Ergin knows that Dish has reached its limit by being only a TV viewer provider. Ergin must expand. His cheapest way to expand into the wireless is to take over S. If Ergin can get financial assistance, he will be on the right road to profitable expansion by taking over S even at $40+ billion dollar bid. He has a penny ante bid in for half of CLWR that supposedly owns about $30 billion dollars of spectrum. If he takes over S he acquires the first half of CLWR free.
IMO I believe Ergin will make every effort to take over S even if he has to hock everything.
That possible but unlikely: DISH cannot improve the pace at which Sprint can build new networks and does not contribute wireless device or network technology to the mix. The combination with Sprint-CW likely would delay roll out of Sprint's network and use of the 2.6GHz spectrum.. it might also force delays on DISH's plans to deploy into their own spectrum. That is a critical factor: while DISH-Sprint-CW wait for a fresh round of approvals of the newly concocted deal, including likely more time spent scrutinizing the larger amassing of spectrum, Verizon, AT&T, T-Mobile-PCS romp on with LTE/LTE-Advanced to take away marketshare.
That places Sprint-CW at a take-out price premium which becomes too dear a price for DISH to pay. While the combination makes sense at the present price, it falls apart if DISH has to raise it to the 'take out' price level needed.
It has been likely to happen. The odds look dimmer each passing day.
However, DISH can continue to try to press the FCC to place rules on Sprint-Softbank that requires broadband roaming and wholesale access. That is a measure the FCC can take that won't require a major change in licensing or administration and would give ISH some of the benefits of having mobile 3G and 4G mobile coverage. DISH might partner with American Movil or other US MVNO operator. If they can get that, then building D can build their network using capital otherwise needed to buy S.. and grow share from the ground up... it could be done.

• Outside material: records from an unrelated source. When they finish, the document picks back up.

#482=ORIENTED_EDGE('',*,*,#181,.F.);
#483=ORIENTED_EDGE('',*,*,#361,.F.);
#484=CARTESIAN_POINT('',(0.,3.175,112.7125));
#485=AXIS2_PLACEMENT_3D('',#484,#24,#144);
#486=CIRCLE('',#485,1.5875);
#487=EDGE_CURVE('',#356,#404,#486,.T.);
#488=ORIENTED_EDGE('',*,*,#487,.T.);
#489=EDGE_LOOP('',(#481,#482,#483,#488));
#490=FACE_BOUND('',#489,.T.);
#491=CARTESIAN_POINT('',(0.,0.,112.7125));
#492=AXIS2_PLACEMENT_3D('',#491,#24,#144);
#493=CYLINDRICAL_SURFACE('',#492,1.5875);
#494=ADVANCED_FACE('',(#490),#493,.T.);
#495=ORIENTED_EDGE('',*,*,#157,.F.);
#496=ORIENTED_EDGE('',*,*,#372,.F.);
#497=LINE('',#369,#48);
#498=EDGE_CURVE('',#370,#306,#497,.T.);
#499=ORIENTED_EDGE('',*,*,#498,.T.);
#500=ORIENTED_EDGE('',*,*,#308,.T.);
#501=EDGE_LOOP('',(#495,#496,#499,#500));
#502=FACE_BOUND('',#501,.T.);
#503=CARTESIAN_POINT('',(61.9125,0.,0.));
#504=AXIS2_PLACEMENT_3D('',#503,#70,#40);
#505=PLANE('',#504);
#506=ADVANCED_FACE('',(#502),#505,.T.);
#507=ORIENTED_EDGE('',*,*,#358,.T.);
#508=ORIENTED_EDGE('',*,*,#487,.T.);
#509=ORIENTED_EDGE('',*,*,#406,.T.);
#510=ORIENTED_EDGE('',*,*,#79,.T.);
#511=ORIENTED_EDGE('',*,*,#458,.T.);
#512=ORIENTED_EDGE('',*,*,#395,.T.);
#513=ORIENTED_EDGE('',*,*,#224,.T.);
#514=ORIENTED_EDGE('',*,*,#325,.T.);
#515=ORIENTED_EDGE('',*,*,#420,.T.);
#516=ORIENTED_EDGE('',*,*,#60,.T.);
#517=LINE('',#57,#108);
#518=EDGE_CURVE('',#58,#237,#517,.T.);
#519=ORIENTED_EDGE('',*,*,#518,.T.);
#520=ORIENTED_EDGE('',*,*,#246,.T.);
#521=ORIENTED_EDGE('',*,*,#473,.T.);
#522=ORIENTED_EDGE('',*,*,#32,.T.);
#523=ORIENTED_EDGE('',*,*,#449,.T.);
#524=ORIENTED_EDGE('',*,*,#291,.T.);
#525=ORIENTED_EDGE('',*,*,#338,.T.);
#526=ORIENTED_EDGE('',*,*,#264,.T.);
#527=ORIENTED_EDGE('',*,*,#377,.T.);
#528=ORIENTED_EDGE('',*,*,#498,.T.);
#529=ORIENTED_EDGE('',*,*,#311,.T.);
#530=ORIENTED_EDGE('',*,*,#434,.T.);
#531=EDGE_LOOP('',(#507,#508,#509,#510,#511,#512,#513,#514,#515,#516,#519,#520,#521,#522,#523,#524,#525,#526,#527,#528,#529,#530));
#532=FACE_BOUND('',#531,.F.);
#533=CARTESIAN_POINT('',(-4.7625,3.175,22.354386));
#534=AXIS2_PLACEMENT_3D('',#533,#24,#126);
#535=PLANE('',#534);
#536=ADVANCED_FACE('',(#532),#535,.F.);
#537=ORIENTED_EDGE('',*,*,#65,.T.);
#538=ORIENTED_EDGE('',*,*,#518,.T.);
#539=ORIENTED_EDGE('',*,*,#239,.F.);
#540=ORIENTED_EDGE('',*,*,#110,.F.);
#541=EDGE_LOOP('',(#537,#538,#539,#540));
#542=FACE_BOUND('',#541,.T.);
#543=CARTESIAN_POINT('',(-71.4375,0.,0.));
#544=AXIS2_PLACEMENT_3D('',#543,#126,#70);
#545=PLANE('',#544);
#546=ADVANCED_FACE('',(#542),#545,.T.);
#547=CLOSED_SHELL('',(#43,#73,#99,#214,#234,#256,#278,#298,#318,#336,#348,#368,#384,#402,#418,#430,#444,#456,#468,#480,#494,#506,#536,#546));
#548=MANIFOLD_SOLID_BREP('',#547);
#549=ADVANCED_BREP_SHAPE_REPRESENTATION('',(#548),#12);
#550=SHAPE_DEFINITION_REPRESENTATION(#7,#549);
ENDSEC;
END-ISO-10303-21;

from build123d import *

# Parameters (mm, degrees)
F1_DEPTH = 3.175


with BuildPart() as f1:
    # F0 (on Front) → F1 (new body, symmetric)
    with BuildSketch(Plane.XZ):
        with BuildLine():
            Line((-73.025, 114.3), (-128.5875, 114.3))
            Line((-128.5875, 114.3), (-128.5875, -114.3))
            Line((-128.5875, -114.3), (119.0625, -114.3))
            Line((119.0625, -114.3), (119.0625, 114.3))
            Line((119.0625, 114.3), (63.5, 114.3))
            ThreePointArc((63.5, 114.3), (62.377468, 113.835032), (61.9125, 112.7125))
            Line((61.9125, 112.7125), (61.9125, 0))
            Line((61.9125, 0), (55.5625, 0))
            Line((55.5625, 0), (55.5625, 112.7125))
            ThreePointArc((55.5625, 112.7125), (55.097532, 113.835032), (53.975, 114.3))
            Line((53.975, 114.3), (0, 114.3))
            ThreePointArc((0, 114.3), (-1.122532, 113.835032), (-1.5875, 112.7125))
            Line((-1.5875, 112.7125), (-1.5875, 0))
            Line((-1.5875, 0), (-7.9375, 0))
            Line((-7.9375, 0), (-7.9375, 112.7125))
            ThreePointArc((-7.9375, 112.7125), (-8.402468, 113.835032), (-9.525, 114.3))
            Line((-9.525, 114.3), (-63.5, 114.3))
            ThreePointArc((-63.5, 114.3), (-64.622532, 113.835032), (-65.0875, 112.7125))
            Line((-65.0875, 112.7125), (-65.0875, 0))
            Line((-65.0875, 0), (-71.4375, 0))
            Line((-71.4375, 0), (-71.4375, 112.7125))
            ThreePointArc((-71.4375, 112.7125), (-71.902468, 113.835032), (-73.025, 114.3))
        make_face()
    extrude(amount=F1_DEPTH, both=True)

Why do you say that acquiring Sprint is the cheapest way to expand into mobile? I think that is far wrong. Acquiring Sprint against the company's will would be very costly. DISH's offer as is will not likely be accepted.. it is hardly getting a hearing. I think it would take a 30% increase to be assured of acquiring Sprint and then it might need to be restructured to be accepted. At the current price, financial analysts and rating agencies question the deal as being over-leveraged. Ergen is a good gambler but he must pay with real chips, not bluffing that he will come up with a larger stake.
Acquiring marketshare of a mobile operator is the expensive way to enter the market. It may seem more certain but so much of that depends on timing which is to a significant extent outside of DISH's direct control. If the deal wen forward it would cause the FCC to rule on the new combination of spectrum that would be greater than any other operator or any prior approval by the FCC and DOJ. That would likely cause an additional one to two year delay in building of joint networks and may tie up building DISH's own network and obtaining additional financing as the outcome would remain uncertain.
Acquiring Sprint-CW has several strategic, technical, and operational merits. However, don't ignore the difficulties - that type of shorthand analysis is why 2/3rd or more of acquisitions end up showing much lower results than expected and some lead to a downturn in prospects for both companies. Acquisition of Sprint would take time, be costly, and is very unlikely.
teamrep, you say that "Acquisition of Sprint would take time, be costly, and is very unlikely." For DISH what other option is there than an acquisition? Sure it it costly but that is the fastest and cheapest way to build a network. I think Charley has the right approach. There does not appear to be a higher offer from Softbank and no other competing offers on the horizon. DISH with Sprint is a win win for both companies.